THE PROBLEM:
Return the data below exactly, stopping after the line with "The same part".

GIVEN ENTRIES:
------------------------------------------------------------

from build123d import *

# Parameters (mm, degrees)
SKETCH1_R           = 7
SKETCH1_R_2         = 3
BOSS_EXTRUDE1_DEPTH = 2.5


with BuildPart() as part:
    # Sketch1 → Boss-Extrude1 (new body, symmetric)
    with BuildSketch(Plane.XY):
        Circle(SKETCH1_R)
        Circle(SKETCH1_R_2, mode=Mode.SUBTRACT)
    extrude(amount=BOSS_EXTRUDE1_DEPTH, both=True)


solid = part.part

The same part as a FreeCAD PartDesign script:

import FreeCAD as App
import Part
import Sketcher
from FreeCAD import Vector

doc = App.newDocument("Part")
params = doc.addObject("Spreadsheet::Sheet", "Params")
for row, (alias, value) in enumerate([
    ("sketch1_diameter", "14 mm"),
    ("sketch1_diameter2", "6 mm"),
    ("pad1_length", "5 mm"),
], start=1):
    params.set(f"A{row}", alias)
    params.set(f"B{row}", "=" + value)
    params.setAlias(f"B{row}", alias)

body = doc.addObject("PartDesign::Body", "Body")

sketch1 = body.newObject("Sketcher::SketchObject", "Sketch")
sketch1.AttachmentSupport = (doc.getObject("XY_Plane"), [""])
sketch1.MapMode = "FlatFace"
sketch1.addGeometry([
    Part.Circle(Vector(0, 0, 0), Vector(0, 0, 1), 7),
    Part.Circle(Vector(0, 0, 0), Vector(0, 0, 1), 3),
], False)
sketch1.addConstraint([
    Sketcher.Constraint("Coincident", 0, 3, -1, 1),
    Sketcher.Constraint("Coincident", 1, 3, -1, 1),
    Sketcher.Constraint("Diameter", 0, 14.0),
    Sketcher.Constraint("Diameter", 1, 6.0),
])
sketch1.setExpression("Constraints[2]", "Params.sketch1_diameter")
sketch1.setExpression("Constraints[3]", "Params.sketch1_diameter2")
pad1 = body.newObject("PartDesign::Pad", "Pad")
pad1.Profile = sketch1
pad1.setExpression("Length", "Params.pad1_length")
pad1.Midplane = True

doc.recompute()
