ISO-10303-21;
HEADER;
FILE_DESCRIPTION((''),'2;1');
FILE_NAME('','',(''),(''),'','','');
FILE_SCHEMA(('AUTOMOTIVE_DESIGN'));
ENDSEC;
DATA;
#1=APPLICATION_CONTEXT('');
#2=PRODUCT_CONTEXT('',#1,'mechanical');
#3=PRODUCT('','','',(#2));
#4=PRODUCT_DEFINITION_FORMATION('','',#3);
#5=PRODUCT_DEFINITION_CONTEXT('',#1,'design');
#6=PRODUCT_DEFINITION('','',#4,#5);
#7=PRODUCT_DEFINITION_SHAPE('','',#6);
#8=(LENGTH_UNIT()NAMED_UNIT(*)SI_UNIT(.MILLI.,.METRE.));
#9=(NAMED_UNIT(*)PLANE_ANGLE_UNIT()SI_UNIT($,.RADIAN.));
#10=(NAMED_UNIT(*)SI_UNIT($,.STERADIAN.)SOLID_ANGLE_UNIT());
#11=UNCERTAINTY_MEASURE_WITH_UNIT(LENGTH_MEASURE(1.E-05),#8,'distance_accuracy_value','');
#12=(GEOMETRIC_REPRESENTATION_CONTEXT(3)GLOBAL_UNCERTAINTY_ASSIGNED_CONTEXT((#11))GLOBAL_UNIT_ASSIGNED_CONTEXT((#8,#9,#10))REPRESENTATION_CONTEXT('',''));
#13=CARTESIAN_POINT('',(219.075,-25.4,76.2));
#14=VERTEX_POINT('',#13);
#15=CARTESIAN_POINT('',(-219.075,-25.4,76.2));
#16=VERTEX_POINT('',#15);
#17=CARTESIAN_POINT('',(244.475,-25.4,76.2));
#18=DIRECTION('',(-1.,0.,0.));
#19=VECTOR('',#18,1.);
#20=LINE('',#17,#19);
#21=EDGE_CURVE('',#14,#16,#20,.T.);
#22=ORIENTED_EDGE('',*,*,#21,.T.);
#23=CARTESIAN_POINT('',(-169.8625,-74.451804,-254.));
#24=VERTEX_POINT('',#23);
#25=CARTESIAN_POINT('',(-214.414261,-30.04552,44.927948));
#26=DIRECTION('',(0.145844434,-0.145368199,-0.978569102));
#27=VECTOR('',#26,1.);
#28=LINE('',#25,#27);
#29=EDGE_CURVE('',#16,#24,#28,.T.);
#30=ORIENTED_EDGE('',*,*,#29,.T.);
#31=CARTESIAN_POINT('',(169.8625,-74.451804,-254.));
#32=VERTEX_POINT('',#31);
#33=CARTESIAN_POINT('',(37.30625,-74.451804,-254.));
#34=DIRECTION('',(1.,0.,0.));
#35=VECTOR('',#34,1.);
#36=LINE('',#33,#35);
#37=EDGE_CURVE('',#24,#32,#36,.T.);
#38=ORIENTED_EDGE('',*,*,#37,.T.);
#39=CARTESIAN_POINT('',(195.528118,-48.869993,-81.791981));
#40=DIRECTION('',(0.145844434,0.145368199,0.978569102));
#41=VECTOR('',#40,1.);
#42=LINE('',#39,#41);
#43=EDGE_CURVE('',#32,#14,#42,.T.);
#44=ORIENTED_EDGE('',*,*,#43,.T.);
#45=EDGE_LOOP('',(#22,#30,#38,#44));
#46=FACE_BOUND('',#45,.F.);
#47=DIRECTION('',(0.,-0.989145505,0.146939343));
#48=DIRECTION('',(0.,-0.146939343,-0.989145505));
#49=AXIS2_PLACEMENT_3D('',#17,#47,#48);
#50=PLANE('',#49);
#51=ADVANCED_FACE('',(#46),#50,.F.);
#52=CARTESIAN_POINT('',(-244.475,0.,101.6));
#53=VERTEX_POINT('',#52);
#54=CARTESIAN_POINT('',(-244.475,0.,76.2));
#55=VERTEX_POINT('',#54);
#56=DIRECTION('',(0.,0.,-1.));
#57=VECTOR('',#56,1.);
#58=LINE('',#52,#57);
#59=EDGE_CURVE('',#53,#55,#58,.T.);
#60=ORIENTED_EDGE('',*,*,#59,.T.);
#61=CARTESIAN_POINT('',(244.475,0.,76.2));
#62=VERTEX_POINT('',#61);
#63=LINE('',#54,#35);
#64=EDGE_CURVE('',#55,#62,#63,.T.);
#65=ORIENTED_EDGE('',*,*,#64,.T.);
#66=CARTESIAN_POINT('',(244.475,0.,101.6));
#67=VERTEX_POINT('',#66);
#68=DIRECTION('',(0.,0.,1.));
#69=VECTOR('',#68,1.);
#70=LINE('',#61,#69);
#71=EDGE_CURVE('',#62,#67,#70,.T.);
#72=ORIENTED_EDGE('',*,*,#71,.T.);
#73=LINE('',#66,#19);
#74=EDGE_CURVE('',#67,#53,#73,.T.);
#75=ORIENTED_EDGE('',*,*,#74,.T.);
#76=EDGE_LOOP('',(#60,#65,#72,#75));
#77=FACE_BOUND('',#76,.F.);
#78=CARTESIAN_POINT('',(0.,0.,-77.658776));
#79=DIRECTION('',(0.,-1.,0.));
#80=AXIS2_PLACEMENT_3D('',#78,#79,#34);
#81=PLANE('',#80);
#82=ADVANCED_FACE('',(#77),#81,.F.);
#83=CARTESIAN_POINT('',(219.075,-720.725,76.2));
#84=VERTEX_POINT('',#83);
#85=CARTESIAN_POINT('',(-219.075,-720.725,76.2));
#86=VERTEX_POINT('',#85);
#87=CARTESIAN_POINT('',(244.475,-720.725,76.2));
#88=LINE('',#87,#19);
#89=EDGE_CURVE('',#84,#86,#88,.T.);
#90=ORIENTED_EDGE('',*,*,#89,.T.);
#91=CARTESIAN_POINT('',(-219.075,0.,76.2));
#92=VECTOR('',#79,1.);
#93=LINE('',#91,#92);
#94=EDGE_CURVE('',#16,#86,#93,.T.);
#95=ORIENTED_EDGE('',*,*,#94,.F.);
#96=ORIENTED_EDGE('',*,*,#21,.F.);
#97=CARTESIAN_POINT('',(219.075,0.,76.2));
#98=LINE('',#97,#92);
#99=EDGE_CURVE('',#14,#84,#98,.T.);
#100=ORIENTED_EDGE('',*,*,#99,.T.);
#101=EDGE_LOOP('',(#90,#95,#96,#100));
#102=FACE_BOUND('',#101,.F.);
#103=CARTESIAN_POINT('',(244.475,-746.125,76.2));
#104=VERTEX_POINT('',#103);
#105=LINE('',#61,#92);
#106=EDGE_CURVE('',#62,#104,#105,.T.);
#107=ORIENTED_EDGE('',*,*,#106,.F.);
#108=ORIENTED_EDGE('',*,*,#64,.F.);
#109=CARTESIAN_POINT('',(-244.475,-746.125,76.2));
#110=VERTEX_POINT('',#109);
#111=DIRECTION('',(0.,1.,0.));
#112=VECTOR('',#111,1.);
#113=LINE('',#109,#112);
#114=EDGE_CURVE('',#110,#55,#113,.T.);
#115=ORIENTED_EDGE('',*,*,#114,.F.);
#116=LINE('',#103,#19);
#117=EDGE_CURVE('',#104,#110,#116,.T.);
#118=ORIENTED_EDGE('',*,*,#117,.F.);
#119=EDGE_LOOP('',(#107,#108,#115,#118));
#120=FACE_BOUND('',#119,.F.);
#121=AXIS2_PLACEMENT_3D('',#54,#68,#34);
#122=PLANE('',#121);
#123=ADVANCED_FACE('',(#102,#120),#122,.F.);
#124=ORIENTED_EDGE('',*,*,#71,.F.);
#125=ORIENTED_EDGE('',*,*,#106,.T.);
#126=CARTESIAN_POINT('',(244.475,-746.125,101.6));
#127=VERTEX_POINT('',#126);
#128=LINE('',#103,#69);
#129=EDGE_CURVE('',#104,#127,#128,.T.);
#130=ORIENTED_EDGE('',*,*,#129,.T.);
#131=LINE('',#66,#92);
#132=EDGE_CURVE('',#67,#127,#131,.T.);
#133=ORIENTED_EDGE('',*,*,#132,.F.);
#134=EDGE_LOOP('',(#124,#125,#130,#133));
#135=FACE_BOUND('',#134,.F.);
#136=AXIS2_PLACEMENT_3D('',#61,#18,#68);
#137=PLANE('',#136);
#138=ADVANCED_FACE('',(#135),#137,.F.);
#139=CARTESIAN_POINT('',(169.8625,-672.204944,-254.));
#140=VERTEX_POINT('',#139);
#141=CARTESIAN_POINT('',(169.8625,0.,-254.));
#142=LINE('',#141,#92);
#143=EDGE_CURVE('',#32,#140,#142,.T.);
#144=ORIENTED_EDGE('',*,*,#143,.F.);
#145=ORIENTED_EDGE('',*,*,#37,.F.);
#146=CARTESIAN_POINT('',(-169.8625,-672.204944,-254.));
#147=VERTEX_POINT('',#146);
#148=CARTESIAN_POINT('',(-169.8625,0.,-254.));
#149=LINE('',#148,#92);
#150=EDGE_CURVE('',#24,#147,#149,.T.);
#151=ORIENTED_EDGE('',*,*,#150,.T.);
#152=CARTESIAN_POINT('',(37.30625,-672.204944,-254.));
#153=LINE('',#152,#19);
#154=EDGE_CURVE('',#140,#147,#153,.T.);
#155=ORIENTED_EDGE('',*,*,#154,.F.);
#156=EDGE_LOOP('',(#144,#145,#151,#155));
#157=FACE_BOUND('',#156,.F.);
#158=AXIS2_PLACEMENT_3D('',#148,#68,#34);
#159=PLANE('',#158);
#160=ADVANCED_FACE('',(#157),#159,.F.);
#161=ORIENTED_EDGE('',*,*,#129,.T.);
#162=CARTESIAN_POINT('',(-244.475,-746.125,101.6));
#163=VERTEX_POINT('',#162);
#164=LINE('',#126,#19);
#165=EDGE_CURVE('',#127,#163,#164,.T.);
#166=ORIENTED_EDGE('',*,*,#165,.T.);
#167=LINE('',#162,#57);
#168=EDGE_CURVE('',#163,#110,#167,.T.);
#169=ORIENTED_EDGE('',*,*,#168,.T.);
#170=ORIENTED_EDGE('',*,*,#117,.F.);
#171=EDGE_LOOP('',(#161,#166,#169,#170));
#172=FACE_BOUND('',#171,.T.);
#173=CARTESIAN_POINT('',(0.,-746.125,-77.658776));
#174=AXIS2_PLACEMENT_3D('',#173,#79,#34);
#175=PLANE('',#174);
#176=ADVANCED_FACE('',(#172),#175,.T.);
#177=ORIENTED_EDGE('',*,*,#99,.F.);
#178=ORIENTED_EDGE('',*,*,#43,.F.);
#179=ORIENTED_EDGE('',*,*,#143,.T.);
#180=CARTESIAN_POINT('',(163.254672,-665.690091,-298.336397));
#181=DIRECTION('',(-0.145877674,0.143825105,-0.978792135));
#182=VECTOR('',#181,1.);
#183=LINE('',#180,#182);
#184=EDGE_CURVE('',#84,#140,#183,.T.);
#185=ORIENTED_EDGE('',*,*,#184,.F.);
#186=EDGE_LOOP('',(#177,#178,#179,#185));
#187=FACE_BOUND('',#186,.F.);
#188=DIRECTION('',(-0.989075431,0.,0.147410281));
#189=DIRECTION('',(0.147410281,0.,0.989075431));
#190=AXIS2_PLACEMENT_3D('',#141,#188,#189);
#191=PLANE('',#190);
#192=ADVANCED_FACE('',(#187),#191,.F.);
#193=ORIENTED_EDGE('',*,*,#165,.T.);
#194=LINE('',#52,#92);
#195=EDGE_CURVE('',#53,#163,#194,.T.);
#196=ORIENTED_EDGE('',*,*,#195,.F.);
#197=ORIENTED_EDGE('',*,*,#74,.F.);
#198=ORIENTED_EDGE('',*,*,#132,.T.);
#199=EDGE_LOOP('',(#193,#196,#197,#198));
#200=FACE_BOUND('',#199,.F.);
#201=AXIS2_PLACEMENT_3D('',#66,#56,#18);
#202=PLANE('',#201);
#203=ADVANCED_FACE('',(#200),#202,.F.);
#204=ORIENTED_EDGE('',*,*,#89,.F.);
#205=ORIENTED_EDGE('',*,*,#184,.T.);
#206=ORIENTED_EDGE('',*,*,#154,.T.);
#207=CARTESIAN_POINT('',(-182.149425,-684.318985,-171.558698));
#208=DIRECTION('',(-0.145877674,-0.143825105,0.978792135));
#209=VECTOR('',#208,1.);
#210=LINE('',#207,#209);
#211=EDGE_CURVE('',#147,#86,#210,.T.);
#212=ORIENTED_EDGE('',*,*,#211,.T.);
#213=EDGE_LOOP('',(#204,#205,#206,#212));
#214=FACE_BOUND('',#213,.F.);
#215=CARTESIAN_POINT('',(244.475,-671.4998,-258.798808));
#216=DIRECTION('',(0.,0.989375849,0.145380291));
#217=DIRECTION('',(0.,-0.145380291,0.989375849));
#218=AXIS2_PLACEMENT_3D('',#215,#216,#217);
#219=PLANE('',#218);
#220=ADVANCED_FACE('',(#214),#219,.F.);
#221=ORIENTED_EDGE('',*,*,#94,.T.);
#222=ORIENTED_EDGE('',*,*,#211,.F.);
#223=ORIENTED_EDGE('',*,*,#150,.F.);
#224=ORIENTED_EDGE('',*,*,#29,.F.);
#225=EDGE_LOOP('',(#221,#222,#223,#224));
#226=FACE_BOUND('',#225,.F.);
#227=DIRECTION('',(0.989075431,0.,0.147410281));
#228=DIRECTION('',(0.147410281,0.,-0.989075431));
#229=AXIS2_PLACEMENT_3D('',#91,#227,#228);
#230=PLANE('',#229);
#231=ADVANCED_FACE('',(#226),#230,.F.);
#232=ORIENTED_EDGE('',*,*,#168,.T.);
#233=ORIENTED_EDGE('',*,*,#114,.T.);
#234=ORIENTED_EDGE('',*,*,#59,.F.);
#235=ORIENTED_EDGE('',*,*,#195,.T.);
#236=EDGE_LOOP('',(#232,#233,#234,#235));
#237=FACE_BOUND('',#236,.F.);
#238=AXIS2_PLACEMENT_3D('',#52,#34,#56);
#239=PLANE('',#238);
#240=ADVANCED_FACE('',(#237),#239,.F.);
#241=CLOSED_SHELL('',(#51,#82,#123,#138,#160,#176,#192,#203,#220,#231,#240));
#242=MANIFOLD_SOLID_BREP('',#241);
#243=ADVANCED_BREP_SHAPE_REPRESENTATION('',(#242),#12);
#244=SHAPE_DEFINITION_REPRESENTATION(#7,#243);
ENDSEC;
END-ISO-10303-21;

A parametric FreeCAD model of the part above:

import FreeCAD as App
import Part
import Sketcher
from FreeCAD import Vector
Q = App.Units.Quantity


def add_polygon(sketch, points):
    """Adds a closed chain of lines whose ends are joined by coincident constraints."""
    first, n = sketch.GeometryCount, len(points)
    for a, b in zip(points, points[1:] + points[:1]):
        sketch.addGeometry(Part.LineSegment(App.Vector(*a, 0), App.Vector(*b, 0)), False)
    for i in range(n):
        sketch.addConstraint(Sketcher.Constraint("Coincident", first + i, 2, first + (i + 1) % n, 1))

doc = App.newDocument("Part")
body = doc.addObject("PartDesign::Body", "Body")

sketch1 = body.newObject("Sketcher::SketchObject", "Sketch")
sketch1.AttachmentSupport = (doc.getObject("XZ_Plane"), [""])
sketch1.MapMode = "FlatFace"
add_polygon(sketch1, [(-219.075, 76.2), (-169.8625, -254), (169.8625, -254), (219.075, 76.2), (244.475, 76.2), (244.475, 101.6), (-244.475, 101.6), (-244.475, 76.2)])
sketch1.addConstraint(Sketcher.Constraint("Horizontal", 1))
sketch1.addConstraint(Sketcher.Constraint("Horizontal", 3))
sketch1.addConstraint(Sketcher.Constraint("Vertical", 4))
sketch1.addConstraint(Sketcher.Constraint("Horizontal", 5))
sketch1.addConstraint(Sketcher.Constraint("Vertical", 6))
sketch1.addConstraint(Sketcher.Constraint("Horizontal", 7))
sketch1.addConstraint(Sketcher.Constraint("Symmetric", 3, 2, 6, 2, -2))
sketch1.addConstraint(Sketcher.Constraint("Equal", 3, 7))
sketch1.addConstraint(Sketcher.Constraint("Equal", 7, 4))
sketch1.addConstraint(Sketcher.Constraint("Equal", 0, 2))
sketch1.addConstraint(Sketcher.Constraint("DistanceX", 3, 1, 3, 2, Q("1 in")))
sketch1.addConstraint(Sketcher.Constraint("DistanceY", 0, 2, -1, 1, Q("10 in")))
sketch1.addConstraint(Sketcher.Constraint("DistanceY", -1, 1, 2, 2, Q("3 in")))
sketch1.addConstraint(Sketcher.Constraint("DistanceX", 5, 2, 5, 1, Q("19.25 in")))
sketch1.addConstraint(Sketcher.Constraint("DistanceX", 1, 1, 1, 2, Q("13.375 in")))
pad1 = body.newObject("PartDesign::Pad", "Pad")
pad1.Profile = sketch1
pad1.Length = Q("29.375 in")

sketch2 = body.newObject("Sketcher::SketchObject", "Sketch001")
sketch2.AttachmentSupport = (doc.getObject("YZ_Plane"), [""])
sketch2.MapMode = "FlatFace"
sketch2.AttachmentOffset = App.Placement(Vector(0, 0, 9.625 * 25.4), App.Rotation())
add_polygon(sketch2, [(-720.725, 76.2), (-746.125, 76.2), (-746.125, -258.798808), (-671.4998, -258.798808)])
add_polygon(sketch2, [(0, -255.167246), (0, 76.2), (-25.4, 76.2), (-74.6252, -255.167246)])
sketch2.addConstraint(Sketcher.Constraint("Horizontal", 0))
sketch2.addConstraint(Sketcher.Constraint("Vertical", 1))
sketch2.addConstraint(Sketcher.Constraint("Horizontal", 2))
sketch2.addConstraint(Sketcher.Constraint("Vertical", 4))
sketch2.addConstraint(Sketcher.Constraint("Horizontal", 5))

------------------------------------------------------------

ANSWER TO THE EXERCISE:
from build123d import *

# Parameters (mm, degrees)
SKETCH1_R           = 7
SKETCH1_R_2         = 3
BOSS_EXTRUDE1_DEPTH = 2.5


with BuildPart() as part:
    # Sketch1 → Boss-Extrude1 (new body, symmetric)
    with BuildSketch(Plane.XY):
        Circle(SKETCH1_R)
        Circle(SKETCH1_R_2, mode=Mode.SUBTRACT)
    extrude(amount=BOSS_EXTRUDE1_DEPTH, both=True)


solid = part.part

The same part as a FreeCAD PartDesign script:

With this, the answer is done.